>>
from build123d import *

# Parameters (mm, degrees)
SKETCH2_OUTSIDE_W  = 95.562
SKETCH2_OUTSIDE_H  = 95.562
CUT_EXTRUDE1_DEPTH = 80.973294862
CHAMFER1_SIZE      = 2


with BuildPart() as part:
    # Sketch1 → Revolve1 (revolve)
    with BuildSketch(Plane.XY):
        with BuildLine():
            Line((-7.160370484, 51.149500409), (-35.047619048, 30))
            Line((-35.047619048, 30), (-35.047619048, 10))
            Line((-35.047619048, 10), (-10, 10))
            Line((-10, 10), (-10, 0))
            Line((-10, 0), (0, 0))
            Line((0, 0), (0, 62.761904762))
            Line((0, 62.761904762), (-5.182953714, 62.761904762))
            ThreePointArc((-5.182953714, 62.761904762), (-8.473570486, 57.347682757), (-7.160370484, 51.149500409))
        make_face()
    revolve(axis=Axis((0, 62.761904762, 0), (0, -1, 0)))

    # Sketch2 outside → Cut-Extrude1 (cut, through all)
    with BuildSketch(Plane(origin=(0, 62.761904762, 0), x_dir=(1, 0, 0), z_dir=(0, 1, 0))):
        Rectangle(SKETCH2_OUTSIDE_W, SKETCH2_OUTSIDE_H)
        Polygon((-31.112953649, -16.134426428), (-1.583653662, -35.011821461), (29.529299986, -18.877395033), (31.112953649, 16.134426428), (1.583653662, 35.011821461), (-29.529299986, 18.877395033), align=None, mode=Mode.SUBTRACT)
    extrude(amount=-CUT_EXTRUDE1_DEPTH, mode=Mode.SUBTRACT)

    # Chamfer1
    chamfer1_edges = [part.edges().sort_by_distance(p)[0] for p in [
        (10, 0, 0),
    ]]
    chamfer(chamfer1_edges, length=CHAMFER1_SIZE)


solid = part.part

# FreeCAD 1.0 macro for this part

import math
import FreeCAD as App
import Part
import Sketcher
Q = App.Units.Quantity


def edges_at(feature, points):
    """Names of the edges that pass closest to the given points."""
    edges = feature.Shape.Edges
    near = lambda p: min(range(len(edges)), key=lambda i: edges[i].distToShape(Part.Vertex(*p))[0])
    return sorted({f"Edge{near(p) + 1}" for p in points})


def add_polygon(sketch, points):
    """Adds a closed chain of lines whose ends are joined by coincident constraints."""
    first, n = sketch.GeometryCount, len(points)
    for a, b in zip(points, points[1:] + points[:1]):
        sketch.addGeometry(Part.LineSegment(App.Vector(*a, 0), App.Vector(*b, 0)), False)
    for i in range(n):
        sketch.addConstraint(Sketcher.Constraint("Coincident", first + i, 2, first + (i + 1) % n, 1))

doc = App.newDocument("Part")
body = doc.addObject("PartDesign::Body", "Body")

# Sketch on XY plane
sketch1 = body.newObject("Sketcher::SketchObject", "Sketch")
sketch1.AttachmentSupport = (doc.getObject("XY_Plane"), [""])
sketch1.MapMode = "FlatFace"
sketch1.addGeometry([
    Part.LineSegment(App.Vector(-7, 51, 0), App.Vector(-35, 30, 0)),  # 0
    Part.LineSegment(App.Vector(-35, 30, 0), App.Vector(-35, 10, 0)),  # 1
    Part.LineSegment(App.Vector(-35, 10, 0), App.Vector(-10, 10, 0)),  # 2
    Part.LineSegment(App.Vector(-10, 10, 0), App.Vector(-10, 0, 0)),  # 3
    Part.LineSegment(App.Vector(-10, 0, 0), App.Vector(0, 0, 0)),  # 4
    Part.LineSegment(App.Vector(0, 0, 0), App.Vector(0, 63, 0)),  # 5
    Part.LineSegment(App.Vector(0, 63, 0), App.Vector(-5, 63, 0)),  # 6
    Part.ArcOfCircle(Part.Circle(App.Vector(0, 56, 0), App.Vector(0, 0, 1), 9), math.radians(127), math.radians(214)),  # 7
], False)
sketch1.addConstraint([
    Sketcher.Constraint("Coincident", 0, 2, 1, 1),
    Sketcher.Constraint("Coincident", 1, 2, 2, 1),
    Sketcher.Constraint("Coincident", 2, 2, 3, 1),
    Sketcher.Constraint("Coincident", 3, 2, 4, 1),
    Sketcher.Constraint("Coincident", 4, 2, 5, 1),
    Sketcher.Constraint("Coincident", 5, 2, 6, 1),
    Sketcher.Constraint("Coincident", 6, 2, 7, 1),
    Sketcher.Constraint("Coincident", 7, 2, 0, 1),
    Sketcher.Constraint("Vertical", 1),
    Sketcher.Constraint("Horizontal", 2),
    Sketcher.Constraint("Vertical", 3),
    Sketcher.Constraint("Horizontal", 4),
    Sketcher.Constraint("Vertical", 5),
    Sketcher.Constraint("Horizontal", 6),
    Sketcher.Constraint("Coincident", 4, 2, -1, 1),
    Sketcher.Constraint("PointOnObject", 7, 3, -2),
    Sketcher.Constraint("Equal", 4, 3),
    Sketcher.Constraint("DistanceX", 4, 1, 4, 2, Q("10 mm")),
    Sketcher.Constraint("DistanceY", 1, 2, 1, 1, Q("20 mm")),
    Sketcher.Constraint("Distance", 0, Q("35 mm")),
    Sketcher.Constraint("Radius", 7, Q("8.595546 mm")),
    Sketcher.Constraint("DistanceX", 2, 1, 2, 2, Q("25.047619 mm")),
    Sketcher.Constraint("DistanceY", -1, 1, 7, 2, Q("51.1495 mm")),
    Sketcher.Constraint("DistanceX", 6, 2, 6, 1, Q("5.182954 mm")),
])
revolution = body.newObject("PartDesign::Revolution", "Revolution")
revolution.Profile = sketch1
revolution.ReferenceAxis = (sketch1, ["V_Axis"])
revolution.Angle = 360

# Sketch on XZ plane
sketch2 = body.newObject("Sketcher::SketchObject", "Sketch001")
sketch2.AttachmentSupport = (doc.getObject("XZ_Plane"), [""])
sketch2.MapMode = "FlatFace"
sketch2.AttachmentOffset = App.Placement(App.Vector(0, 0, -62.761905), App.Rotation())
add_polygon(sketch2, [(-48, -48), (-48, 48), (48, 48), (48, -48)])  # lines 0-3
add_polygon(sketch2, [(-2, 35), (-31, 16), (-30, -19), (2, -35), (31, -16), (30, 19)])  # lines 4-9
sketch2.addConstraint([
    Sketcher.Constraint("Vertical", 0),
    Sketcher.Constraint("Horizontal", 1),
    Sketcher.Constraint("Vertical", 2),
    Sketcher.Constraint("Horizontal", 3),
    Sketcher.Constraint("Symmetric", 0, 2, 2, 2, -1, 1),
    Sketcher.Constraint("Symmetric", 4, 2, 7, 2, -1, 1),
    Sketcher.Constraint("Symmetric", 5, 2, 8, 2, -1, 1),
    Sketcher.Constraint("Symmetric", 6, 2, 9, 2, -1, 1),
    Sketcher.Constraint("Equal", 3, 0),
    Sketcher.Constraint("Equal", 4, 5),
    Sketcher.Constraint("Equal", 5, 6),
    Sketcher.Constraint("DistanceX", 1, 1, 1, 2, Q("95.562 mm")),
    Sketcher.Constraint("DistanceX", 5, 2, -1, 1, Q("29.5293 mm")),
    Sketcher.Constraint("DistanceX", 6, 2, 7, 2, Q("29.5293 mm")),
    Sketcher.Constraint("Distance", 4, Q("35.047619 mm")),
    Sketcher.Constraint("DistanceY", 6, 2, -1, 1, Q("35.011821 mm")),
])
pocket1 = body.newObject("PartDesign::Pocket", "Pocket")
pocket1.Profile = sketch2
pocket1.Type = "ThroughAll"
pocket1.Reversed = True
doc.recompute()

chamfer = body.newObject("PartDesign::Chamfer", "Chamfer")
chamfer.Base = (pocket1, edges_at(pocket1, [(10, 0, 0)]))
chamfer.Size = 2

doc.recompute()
<<
>>
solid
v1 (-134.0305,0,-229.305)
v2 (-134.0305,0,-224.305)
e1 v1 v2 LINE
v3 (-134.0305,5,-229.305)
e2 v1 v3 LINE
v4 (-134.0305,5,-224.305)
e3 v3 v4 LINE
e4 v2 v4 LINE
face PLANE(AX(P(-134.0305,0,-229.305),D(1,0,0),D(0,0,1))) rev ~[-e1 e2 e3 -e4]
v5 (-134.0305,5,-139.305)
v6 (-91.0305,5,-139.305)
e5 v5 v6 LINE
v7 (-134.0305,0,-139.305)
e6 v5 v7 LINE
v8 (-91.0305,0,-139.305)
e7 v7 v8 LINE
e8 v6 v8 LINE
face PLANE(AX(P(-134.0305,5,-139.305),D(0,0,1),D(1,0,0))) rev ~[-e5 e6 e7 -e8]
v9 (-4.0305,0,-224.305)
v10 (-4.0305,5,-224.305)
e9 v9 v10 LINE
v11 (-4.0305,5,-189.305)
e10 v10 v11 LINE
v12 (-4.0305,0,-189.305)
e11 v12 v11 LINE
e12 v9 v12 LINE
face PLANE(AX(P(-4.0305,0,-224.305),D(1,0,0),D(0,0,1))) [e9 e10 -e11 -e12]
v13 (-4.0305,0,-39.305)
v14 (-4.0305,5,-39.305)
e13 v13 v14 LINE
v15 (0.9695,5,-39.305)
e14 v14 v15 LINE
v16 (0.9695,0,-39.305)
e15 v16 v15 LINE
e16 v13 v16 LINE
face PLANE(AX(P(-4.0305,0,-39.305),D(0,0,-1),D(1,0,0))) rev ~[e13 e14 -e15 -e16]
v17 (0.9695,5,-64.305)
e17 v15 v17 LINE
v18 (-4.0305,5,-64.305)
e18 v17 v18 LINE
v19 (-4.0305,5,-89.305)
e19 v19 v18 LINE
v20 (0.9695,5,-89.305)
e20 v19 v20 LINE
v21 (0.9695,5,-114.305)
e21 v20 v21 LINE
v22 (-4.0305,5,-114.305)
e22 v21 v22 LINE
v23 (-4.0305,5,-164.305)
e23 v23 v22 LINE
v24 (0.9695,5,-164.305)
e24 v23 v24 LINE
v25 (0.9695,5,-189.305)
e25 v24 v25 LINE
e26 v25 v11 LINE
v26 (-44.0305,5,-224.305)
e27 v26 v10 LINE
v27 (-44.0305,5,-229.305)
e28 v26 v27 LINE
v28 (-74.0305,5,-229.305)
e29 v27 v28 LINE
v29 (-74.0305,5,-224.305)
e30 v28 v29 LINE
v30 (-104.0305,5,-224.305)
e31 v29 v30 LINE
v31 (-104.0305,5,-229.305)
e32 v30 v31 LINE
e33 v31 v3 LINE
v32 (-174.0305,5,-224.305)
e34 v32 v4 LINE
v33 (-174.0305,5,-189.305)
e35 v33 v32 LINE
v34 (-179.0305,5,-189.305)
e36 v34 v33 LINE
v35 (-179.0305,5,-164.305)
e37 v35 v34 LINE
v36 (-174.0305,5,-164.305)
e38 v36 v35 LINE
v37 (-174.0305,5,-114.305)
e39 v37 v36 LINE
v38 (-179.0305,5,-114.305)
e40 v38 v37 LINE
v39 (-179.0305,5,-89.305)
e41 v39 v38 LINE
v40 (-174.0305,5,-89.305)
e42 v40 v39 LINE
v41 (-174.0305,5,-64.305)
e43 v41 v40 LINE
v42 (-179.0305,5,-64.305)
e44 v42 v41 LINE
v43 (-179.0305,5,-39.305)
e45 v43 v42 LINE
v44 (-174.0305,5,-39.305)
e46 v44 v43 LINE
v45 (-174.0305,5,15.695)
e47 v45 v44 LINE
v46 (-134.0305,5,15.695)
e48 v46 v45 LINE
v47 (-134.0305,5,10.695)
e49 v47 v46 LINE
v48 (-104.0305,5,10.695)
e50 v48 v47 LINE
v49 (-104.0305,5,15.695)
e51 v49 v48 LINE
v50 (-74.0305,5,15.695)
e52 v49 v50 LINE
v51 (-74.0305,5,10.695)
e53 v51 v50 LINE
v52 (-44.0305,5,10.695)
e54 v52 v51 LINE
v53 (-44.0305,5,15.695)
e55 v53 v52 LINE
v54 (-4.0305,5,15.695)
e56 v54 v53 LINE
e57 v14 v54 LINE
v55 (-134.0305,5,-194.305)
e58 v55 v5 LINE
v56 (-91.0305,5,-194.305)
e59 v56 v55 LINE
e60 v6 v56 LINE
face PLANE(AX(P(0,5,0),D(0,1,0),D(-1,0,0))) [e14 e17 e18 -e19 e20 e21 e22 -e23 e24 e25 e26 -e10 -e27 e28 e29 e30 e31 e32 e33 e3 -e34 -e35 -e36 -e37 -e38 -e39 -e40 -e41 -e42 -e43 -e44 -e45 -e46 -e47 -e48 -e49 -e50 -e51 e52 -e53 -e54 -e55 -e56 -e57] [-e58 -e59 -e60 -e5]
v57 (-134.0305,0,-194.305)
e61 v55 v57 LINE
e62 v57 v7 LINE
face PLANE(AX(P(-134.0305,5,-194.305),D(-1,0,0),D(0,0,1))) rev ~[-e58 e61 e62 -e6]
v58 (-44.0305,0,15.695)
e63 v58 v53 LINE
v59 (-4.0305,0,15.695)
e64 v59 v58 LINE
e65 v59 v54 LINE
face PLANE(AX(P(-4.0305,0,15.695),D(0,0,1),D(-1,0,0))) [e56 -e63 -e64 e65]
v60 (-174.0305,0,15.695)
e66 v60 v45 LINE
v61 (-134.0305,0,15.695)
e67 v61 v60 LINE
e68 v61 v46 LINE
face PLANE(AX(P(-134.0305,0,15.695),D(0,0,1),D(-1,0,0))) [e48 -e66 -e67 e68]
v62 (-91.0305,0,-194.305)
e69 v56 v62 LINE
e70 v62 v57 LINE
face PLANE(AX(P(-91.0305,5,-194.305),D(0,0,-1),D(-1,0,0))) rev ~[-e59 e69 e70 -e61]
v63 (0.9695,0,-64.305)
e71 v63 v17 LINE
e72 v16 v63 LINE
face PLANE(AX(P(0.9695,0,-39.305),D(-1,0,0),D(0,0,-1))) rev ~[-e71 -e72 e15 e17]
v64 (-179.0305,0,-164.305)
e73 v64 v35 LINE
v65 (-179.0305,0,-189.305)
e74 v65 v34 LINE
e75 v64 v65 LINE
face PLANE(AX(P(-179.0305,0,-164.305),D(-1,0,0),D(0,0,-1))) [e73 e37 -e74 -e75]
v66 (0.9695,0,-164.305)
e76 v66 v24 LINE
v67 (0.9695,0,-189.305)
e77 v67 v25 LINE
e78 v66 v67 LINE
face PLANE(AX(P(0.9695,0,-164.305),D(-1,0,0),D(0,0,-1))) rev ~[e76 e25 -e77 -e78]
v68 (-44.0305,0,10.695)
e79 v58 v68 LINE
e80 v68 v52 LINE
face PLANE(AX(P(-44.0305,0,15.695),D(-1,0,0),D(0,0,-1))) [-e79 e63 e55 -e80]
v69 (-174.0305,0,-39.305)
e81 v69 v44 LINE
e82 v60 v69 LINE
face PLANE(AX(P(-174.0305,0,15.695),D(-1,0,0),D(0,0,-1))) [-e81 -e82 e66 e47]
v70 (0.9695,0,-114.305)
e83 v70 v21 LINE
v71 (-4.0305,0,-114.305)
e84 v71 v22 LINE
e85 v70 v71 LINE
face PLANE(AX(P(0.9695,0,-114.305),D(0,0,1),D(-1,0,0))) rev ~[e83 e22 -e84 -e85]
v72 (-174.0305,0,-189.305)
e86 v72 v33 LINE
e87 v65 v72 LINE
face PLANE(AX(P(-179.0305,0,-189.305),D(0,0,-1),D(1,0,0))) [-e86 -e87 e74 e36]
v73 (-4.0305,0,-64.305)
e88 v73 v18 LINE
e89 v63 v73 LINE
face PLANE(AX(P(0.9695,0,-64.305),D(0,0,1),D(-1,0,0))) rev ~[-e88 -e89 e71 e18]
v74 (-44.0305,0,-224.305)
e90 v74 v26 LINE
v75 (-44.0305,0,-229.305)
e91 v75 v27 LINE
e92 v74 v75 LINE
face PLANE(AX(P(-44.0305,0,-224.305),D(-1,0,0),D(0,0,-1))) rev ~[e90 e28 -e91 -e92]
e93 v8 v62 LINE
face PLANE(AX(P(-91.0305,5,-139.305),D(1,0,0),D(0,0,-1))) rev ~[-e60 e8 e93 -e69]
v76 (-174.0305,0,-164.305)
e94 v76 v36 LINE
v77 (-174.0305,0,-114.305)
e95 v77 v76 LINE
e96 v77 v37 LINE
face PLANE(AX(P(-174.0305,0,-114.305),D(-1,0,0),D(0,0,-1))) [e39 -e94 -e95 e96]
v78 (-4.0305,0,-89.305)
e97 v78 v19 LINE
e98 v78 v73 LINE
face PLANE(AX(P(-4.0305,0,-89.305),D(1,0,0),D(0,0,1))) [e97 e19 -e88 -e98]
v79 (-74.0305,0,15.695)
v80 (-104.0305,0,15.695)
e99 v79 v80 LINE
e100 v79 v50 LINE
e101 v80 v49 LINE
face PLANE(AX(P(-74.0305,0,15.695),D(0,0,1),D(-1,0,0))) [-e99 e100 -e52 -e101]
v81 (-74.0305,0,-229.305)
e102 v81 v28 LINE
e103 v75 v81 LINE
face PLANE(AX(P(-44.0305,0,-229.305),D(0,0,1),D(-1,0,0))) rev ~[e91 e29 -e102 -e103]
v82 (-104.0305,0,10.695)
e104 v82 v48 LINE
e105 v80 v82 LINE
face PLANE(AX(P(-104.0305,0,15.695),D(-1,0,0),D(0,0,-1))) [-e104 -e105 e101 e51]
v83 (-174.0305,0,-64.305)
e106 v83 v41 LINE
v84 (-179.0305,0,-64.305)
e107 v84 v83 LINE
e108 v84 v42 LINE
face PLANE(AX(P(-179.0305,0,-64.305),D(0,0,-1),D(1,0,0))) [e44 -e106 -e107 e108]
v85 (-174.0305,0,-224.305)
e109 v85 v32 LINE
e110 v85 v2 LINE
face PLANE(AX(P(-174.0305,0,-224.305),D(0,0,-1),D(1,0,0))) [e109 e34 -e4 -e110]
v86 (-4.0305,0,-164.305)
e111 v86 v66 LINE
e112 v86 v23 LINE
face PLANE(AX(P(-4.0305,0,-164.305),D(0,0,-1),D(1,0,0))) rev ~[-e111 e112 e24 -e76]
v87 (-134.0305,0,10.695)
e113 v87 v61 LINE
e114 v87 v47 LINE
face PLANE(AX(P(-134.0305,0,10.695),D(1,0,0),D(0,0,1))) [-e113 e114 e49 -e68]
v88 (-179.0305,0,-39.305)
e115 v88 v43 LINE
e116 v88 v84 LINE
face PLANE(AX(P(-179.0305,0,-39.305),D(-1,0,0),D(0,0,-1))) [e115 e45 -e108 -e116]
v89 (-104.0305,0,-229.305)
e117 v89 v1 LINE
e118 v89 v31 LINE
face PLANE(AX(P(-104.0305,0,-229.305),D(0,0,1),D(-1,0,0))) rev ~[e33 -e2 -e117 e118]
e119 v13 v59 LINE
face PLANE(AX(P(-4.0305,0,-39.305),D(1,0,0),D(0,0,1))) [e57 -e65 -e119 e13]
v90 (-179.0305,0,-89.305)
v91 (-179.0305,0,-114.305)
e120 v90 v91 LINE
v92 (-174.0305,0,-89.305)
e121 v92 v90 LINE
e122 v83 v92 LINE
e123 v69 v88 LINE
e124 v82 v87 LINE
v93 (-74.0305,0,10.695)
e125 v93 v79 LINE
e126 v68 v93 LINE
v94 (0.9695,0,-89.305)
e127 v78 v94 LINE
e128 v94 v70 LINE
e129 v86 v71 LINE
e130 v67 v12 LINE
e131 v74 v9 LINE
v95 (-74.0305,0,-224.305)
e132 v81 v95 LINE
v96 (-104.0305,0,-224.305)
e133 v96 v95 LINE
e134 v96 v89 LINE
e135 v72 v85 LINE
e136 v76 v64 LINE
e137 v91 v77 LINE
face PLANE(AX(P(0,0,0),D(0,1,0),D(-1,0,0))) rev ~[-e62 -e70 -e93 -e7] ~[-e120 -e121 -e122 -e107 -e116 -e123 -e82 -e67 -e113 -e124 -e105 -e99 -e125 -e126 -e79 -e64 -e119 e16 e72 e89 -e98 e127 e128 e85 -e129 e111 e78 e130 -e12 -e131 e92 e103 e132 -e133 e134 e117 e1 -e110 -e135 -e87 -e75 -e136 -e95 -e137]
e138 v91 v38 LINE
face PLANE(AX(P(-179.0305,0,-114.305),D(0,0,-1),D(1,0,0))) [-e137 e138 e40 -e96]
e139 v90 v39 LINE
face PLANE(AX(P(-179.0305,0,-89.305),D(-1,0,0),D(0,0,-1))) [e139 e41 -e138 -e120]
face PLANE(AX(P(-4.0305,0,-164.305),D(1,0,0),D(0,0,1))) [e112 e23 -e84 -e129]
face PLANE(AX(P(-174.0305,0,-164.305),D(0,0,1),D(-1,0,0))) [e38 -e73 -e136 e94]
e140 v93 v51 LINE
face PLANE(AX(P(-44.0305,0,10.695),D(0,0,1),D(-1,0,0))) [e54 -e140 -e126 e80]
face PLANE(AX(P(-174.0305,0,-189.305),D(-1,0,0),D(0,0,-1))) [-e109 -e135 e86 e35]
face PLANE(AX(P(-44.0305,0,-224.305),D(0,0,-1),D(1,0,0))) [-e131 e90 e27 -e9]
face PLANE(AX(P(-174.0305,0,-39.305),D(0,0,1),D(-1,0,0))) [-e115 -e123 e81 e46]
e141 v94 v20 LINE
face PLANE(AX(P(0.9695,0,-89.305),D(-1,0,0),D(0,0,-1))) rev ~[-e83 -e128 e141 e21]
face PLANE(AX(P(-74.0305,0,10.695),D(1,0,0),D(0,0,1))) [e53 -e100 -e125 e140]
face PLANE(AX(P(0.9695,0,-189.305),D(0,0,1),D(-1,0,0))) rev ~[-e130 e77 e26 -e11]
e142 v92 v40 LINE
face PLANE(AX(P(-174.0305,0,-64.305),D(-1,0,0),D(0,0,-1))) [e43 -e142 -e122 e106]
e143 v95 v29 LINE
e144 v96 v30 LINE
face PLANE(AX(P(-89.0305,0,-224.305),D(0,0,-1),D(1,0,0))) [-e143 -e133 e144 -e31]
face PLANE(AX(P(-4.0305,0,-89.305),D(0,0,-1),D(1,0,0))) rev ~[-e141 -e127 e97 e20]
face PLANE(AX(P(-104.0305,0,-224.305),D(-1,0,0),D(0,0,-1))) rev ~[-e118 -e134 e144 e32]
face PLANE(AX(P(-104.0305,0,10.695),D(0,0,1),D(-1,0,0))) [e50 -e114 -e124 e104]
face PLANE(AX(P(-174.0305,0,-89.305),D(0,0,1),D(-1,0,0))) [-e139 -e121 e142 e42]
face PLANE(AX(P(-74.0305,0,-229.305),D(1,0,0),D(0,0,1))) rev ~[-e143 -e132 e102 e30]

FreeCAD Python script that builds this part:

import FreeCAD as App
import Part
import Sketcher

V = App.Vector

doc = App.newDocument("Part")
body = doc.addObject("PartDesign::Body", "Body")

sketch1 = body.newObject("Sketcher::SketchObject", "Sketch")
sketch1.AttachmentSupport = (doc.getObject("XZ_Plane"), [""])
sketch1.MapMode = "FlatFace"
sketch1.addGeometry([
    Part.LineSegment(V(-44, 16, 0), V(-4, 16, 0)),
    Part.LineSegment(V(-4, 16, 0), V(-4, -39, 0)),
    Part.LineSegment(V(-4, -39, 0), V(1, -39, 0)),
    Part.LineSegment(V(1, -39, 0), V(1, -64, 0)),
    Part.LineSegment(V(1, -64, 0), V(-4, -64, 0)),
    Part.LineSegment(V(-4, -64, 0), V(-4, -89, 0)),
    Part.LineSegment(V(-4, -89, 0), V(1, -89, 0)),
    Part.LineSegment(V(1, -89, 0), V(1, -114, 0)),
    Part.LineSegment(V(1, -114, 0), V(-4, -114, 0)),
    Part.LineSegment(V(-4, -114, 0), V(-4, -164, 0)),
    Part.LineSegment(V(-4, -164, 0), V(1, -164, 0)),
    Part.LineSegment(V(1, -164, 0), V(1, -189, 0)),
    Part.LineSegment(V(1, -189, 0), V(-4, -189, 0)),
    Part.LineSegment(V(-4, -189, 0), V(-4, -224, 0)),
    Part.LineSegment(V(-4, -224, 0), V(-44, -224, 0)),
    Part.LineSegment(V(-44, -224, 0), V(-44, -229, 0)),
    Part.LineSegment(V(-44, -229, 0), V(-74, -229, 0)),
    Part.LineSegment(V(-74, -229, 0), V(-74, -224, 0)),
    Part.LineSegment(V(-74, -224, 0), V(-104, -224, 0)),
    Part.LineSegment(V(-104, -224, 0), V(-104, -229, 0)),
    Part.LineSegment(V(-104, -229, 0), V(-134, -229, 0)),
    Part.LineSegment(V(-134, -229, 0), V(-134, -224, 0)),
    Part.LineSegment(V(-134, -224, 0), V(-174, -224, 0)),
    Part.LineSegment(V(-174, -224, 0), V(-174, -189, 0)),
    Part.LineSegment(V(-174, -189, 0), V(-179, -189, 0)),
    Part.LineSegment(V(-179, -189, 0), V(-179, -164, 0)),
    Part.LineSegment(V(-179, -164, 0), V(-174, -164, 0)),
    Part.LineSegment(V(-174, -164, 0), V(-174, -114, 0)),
<<
### ABOUT THIS TASK
Go through the listing above and state how many of its lines contain "revolve", with no other words.

### EXERCISE RESULT
2